In Politics, Beware the Clinical Narcissist

A family friend who is a psychiatric nurse recently shared with me a publication by Daniel J. Fox Ph.D., who is the staff psychologist at the Federal Detention Center in Houston, Texas. He was a recent guest speaker at a medical conference in Seattle, Washington she had attended. A most fascinating chapter of Dr. Fox’s publication is one describing the DSM-5 Diagnostic Criteria for Narcissistic Personality Disorder. Narcissistic Personality Disorder is a type of mental illness described by Dr. Fox as, “A pervasive pattern of grandiosity, need for admiration, and lack of empathy”.

Narcissistic Personality Disorder is clinically recognized by the following symptoms:

  1. A grandiose sense of self- importance.
  2. Preoccupation with unlimited success, power, and brilliance.
  3. A belief that one’s self is special and unique.
  4. Requiring excessive admiration.
  5. Unreasonable expectations of especially favorable treatment or automatic compliance with one’s own expectations.
  6. Being interpersonally exploitive.
  7. Having little regard for the feelings of others.
  8. Believing others to be envious of one’s self.
  9. Showing haughty or arrogant behavior or attitudes.

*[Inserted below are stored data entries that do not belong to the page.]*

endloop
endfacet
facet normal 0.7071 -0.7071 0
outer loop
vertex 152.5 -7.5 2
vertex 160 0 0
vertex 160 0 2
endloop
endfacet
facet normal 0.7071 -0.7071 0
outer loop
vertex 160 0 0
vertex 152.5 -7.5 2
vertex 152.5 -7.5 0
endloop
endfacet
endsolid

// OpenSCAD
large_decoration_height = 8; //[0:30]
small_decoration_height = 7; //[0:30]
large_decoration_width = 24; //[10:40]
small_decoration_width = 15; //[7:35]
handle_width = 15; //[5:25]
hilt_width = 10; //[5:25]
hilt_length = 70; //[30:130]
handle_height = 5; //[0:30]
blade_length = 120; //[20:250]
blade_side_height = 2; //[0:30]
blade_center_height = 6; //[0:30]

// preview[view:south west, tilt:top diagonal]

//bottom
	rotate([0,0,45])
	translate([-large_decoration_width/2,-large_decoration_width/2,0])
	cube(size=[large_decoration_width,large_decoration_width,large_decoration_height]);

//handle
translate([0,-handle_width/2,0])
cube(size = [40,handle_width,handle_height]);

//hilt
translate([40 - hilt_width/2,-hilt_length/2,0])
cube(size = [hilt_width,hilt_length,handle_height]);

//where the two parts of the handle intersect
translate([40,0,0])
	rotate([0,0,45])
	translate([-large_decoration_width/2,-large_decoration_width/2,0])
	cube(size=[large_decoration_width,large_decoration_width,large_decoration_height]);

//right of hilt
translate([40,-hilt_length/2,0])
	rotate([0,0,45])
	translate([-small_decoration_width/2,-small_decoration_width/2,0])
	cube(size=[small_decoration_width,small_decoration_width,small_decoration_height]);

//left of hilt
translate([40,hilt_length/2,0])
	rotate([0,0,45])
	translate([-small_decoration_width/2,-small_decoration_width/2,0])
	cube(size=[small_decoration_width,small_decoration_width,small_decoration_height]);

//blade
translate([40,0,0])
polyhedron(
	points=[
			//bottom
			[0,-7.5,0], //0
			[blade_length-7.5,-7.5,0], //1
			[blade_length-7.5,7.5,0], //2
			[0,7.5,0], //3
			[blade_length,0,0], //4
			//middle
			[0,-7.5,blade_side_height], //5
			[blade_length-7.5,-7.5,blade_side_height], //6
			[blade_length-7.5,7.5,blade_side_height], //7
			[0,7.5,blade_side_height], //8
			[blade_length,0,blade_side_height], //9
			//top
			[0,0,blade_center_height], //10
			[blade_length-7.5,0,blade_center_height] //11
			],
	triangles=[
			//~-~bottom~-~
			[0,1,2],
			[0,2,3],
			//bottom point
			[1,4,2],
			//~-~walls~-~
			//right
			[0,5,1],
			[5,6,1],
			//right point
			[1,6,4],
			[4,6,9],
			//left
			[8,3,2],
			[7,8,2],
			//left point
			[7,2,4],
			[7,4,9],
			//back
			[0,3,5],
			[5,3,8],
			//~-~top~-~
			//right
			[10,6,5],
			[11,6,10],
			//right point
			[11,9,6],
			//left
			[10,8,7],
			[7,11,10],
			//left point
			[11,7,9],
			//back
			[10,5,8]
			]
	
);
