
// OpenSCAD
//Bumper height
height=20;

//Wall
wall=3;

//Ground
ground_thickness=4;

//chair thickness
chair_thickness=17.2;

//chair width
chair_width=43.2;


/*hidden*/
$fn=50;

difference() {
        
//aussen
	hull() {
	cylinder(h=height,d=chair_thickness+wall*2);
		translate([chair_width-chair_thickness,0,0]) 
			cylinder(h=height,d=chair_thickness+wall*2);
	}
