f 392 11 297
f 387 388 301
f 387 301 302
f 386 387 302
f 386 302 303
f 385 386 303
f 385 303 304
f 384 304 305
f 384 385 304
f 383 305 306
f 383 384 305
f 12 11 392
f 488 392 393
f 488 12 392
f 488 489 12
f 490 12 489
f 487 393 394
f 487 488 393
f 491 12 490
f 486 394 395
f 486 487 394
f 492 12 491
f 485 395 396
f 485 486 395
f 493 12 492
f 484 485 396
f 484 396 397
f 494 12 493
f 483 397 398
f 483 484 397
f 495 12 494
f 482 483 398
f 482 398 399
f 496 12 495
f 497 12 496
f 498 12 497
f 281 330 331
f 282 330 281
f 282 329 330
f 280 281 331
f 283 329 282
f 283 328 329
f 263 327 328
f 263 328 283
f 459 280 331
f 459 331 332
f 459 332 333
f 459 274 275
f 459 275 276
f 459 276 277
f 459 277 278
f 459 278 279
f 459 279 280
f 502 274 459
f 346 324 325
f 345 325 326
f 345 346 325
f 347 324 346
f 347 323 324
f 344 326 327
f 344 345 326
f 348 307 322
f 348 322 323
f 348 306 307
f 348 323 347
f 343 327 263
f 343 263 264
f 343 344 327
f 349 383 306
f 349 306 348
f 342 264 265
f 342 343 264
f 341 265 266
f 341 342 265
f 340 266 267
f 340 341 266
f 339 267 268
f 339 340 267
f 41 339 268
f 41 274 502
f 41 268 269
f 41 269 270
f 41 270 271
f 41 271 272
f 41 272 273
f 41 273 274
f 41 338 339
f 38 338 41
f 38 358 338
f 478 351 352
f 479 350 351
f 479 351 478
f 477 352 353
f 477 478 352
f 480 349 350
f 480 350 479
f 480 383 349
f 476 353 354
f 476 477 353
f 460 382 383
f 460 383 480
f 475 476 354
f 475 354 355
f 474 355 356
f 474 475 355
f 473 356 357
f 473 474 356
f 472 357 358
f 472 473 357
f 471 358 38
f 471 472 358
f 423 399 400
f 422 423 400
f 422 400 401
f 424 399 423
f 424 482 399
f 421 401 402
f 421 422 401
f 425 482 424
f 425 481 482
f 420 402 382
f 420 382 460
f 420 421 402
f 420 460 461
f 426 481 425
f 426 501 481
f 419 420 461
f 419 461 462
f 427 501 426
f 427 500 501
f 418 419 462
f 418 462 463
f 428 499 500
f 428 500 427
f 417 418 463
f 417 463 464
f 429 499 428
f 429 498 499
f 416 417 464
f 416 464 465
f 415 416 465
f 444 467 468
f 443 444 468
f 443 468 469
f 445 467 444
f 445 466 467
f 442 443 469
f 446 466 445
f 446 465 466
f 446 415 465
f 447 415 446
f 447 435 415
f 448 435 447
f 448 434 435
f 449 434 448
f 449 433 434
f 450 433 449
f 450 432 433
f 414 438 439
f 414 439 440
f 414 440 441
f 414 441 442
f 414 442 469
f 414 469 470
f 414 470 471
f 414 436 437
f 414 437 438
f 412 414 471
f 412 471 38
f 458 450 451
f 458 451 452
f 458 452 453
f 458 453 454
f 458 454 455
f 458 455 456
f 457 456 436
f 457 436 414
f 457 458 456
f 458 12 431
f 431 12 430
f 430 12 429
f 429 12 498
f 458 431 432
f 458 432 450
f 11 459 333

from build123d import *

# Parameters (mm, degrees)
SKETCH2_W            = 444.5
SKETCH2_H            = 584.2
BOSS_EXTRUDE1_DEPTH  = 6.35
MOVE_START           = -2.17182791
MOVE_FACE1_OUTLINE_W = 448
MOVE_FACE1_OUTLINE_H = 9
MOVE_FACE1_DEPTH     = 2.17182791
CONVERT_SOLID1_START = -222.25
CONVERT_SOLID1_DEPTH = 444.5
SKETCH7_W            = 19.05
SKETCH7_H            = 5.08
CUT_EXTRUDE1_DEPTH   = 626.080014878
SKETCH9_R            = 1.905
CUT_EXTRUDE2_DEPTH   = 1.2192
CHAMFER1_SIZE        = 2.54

Some people think all psychologists are nuts. Some people think that all politicians are nuts. It is probably safe to say that in some cases some or both may.

At the very least, Dr. Fox’s perspective  on the subject could allow voters take pause and have a second look  at the slate of persons who desire “to be the most powerful person on the planet”? It goes without saying that anyone who runs for President needs a large ego. That said, it is arguable that a personality disorder is a step or two above merely being self-confident. A Presidential race is the ultimate human drama in America, but then car crashes are also very dramatic. May we have the wisdom to know the difference.